SGI: Hardware

Altix 3700 lost the EFI ... solved

Hello,

It didn't take me long to go from happy to problems :?
The question is how much I have messed up the Altix. Curiosity killed the Altix?

In an attempt to get the last brick and cpus working, I opened it up and reseated all memory.
Damn design. They put two mainboards sort of back to back, with 4 cpus on each side. So I had
to open the top to deal with memory, flip it over and do the same on the underside. It weighs a lot.

The memory was the only thing that I dared to touch, everything else is screwed tight to the
mainboard. Anyway, that little operation didn't do any good, the top brick still showed 'Powered on'
while the other where 'Testing memory'.
There is a row of red leds you can se from the back of the brick. I guess the blinking is the cpus
working, like the O2000 cpus. On the top brick they are all solid red from startup while the
other bricks leds are blinking as if they are working.

So the next step, which usually gives some result on an O2000, was to 'pod', 'initalllogs' etc.
I didn't pay the warning text so much attention (as usuall ;) ) and now the EFI doesn't come
up when I reboot. It stops right here

Code: Select all

POD entered via MCA, using Cac mode

0 002: POD SysCt Cac>

Does anyone know howto restore the EFI? Please tell or point me in the direction of some docs.

In Voralyan's Altix 350 PROM update viewtopic.php?t=16725651#p7342874 I found this.

Code: Select all

Ok, flash was successfull. The next step is important: Go to POD mode and clear all logs...
Beware: All PROM variables and EFI settings are lost after this...
But no description on how to fix it.

The only good that came out of this, is now I know what is wrong from the session log.

Code: Select all

Module 001c33#2  Bank 1 failed memory tests..      DONE
If it is anything like the O2000, the node need working memory in bank 1 to start booting, the other
banks are not so important, they are just disabled.
By swapping the bank 1 memory, most likely the brick will work and I only loose a some memory.

And then I want the EFI back ... :(
... ehm ... it seems like it was no problem after all.

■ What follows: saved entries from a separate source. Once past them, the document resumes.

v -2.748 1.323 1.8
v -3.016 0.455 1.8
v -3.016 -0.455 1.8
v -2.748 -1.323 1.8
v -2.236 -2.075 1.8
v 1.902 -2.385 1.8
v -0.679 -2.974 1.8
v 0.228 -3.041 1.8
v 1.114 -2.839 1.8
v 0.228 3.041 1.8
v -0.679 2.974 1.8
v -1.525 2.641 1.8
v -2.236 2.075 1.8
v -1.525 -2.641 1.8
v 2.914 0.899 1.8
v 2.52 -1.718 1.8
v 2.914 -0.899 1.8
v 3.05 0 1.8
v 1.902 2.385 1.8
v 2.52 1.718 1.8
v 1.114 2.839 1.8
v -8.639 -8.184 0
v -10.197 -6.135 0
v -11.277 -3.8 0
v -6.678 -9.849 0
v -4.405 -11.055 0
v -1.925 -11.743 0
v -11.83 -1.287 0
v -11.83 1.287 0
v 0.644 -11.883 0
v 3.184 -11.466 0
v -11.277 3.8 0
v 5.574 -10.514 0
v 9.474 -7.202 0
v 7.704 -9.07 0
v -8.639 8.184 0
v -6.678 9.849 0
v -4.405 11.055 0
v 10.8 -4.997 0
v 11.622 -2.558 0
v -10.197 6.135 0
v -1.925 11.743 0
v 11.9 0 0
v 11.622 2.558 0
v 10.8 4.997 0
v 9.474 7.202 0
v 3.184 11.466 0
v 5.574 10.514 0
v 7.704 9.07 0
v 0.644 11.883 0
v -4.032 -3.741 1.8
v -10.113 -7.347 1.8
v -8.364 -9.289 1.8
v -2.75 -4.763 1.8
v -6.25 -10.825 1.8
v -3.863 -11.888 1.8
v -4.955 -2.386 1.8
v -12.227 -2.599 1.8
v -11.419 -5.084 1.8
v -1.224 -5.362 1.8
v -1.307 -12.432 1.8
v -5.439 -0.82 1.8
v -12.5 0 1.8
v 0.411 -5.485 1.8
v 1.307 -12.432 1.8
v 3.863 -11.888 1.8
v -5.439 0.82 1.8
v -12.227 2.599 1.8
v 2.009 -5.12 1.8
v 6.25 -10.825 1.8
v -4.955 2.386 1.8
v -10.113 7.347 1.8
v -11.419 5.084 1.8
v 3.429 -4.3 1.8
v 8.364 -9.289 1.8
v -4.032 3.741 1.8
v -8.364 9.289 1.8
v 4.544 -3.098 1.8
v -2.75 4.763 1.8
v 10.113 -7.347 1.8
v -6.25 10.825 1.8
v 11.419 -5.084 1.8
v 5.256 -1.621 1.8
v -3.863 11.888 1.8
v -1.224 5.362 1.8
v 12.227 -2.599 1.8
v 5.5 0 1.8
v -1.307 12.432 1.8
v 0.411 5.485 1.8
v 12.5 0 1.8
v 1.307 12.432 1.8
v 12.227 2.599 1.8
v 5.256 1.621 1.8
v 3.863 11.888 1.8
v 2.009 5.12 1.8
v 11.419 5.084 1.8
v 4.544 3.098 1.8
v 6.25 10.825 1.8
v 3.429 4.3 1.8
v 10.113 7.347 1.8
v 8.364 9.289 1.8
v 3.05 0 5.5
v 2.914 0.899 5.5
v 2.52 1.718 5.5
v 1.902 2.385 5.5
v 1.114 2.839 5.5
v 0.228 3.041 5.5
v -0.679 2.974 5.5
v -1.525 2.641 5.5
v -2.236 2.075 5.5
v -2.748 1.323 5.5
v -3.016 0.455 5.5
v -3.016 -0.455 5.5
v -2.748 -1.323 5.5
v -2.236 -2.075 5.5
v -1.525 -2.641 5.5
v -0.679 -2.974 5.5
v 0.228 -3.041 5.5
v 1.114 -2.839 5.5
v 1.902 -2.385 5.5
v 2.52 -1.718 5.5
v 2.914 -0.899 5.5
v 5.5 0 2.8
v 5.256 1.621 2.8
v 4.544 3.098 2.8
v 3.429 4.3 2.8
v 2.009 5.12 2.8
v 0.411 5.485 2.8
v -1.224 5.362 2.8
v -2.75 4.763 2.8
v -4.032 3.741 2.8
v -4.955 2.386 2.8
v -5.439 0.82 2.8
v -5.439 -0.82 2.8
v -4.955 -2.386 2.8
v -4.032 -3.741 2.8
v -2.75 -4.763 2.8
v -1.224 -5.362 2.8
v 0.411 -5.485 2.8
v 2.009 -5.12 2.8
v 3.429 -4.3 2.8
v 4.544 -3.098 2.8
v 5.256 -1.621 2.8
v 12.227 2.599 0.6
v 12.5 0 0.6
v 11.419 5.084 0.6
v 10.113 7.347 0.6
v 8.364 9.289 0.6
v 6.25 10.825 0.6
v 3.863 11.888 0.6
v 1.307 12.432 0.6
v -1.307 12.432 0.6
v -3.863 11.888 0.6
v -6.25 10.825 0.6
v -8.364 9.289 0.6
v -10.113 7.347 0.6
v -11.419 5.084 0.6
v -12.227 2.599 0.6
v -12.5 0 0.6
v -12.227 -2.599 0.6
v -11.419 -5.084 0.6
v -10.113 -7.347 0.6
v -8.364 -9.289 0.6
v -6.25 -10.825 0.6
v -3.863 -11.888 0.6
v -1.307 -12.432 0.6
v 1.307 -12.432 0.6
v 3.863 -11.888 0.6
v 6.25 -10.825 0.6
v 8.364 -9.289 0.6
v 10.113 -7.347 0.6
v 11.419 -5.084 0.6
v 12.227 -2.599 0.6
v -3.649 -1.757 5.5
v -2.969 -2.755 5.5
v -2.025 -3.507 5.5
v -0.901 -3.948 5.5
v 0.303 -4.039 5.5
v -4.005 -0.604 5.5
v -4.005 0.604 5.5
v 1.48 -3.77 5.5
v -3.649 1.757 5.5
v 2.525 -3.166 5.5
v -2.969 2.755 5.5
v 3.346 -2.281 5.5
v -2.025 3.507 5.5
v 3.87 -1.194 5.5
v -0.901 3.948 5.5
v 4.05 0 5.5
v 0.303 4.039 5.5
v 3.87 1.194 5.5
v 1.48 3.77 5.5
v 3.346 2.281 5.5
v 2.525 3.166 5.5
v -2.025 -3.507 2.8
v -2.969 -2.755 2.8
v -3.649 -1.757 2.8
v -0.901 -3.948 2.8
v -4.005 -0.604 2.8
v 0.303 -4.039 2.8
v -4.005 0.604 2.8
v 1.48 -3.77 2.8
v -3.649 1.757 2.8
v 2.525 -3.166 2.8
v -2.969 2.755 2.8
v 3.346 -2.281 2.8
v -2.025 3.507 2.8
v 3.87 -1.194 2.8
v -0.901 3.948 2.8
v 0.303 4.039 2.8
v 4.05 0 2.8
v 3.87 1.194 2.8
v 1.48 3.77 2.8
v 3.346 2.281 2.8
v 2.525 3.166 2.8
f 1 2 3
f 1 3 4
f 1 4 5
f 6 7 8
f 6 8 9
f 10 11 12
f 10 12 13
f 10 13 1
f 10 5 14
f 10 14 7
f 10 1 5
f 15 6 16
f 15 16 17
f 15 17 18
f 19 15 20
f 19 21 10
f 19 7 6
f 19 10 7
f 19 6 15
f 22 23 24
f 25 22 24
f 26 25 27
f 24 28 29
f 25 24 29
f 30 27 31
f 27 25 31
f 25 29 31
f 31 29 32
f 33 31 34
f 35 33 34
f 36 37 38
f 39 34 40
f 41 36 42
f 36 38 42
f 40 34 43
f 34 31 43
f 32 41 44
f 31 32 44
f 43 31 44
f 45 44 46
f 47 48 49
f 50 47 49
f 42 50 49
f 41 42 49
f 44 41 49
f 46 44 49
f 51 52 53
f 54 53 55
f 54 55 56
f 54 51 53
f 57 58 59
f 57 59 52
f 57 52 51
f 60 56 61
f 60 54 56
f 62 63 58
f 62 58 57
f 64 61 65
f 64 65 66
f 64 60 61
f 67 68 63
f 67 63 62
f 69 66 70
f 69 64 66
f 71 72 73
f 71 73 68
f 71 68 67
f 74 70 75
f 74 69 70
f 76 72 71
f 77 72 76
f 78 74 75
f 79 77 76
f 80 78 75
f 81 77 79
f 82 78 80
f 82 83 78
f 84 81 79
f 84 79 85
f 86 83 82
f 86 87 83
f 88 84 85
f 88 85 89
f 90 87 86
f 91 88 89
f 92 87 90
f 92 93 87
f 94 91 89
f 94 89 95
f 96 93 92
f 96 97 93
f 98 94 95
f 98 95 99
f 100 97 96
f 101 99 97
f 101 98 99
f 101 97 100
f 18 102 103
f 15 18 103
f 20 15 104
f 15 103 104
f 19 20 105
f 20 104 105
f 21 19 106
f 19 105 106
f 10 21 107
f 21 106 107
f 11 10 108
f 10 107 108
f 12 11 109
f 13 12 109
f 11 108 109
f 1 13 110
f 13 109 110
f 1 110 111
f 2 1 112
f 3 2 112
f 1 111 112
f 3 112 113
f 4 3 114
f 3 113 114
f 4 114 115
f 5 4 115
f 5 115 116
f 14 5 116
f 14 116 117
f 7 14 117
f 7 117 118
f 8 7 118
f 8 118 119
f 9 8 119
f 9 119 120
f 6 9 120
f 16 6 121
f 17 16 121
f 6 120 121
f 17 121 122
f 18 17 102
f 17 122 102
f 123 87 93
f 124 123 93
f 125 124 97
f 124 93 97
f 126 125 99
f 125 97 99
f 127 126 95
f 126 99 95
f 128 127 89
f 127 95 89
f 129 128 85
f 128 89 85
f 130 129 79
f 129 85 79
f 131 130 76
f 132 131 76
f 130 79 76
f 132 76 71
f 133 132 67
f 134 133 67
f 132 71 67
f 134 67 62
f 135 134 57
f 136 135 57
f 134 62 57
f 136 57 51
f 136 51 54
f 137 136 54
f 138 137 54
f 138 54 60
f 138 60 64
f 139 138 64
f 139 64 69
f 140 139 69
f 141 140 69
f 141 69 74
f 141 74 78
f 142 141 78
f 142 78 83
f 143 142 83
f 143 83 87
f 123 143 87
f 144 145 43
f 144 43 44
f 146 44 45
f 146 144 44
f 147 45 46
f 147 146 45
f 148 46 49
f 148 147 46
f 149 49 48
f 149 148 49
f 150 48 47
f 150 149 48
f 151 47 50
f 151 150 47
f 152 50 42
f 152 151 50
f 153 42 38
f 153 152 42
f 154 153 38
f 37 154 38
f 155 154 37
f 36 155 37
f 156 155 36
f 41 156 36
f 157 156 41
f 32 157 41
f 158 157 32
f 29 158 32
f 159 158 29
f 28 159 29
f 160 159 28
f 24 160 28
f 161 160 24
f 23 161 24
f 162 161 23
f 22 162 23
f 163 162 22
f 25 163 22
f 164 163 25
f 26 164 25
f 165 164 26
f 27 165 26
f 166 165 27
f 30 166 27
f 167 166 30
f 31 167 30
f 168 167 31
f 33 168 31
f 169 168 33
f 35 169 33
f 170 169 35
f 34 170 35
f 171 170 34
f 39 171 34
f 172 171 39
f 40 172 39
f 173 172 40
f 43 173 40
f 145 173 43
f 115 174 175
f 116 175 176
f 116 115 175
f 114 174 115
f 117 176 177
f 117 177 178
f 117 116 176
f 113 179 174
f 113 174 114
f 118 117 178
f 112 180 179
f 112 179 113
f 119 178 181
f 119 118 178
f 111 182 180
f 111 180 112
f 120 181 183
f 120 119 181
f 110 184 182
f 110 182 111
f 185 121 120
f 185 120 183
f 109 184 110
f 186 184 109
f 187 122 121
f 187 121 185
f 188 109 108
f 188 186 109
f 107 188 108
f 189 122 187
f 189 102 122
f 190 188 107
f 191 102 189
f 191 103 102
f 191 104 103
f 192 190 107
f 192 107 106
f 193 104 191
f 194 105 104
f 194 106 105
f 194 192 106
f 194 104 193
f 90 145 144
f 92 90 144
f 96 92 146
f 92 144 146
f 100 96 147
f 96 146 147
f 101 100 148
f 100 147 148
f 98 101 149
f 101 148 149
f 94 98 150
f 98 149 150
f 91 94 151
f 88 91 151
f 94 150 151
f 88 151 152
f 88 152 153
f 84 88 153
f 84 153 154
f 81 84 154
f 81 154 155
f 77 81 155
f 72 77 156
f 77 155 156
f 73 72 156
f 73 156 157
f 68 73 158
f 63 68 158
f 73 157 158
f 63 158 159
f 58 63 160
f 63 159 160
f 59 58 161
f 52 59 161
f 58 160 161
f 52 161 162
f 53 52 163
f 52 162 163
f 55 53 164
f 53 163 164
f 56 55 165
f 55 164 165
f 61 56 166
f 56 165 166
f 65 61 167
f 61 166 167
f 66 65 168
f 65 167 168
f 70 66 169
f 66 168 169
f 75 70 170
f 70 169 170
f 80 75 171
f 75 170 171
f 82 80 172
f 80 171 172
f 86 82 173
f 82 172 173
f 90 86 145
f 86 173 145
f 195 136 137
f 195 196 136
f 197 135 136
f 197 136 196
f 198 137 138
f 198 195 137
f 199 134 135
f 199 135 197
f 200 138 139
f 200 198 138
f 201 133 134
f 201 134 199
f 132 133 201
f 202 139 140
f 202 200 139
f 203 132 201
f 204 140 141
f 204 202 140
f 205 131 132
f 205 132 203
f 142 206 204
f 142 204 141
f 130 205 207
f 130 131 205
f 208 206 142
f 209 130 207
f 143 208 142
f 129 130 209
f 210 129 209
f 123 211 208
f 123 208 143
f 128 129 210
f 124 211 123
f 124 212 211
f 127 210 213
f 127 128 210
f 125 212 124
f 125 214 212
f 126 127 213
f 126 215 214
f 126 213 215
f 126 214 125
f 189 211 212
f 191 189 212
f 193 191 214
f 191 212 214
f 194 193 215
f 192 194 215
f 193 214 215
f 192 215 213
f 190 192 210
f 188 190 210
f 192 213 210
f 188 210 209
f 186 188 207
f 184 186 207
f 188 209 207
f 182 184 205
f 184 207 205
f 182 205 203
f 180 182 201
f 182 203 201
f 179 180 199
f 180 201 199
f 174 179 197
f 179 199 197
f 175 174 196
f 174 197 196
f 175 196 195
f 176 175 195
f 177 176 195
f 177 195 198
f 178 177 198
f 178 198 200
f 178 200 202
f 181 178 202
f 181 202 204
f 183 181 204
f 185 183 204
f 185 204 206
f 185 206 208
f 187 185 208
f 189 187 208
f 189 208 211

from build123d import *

# Parameters (mm, degrees)
F0_R     = 12.5
F0_R_2   = 5.5
F0_R_3   = 4.05
F1_DEPTH = 1.8
F2_DEPTH = 2.8
F3_DEPTH = 5.5
F4_R     = 3.05
F5_DEPTH = 3.7
F6_SIZE  = 0.6


with BuildPart() as f1:
    # F0 (on Top) → F1 (new body)
    with BuildSketch(Plane.XY):
        Circle(F0_R)
        Circle(F0_R_2, mode=Mode.SUBTRACT)
        Circle(F0_R_2)
        Circle(F0_R_3, mode=Mode.SUBTRACT)
        Circle(F0_R_3)
    extrude(amount=F1_DEPTH)

    # F0 (on Top) → F2 (join)
    with BuildSketch(Plane.XY):
        Circle(F0_R_2)
        Circle(F0_R_3, mode=Mode.SUBTRACT)
    extrude(amount=F2_DEPTH)

    # F0 (on Top) → F3 (join)
    with BuildSketch(Plane.XY):
        Circle(F0_R_3)
    extrude(amount=F3_DEPTH)

    # F4 (on face) → F5 (cut, through all)
    with BuildSketch(Plane.XY.offset(5.5)):
        Circle(F4_R)
    extrude(amount=-F5_DEPTH, mode=Mode.SUBTRACT)

    # F6
    f6_edges = [f1.edges().sort_by_distance(p)[0] for p in [
        (-12.5, 0, 0),
    ]]
    chamfer(f6_edges, length=F6_SIZE)


solid = f1.part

On friday I turned of the system with a feeling that I had messed something up real bad,
and posted in this forum for help. I spent the saturday googling for answer, to no avail.

Today I turned it on again and the EFI was back. It seems like all it needed was a real
power cycle. On friday I only rebooted it without turning it off/on properly :?

I also swapped around memory in the non working brick and managed to enable the cpus.

Code: Select all

Partition  0:                           Enabled Disabled
CBricks          8         Nodes         32        0
RBricks          0         CPUs          64        0
IOBricks         1         Mem(GB)      504        8

I should think more like Douglas Adams, 'Don't panic' :-)

It does however not boot my SLES9 SP2 correctly. Maybe it's that XFS bug that makes it
hang during boot, which should be fixed sith SP2.

Code: Select all

Loading kernel/fs/dmapi/dmapi.ko
Loading kernel/fs/exportfs/exportfs.ko
Loading kernel/fs/xfs/xfs.ko
SGI-XFS CVS-2004-10-17_05:00_UTC with ACLs, security attributes, realtime, large block/inode numbers, dmapi support, no debug enabled
Waiting for device /dev/sda4 to appear:  ok
rootfs:  major=8 minor=4 devn=2052
rootfs: /sys/block/sda/sda4 major=8 minor=4 devn=2052
attempt to access beyond end of device
sda4: rw=0, want=4, limit=2
EXT2-fs: unable to read superblock
attempt to access beyond end of device
sda4: rw=0, want=4,
and here it stops.
Glad to hear the machine is response again, and that you've managed to bring all the CPUs back online. Huzzah!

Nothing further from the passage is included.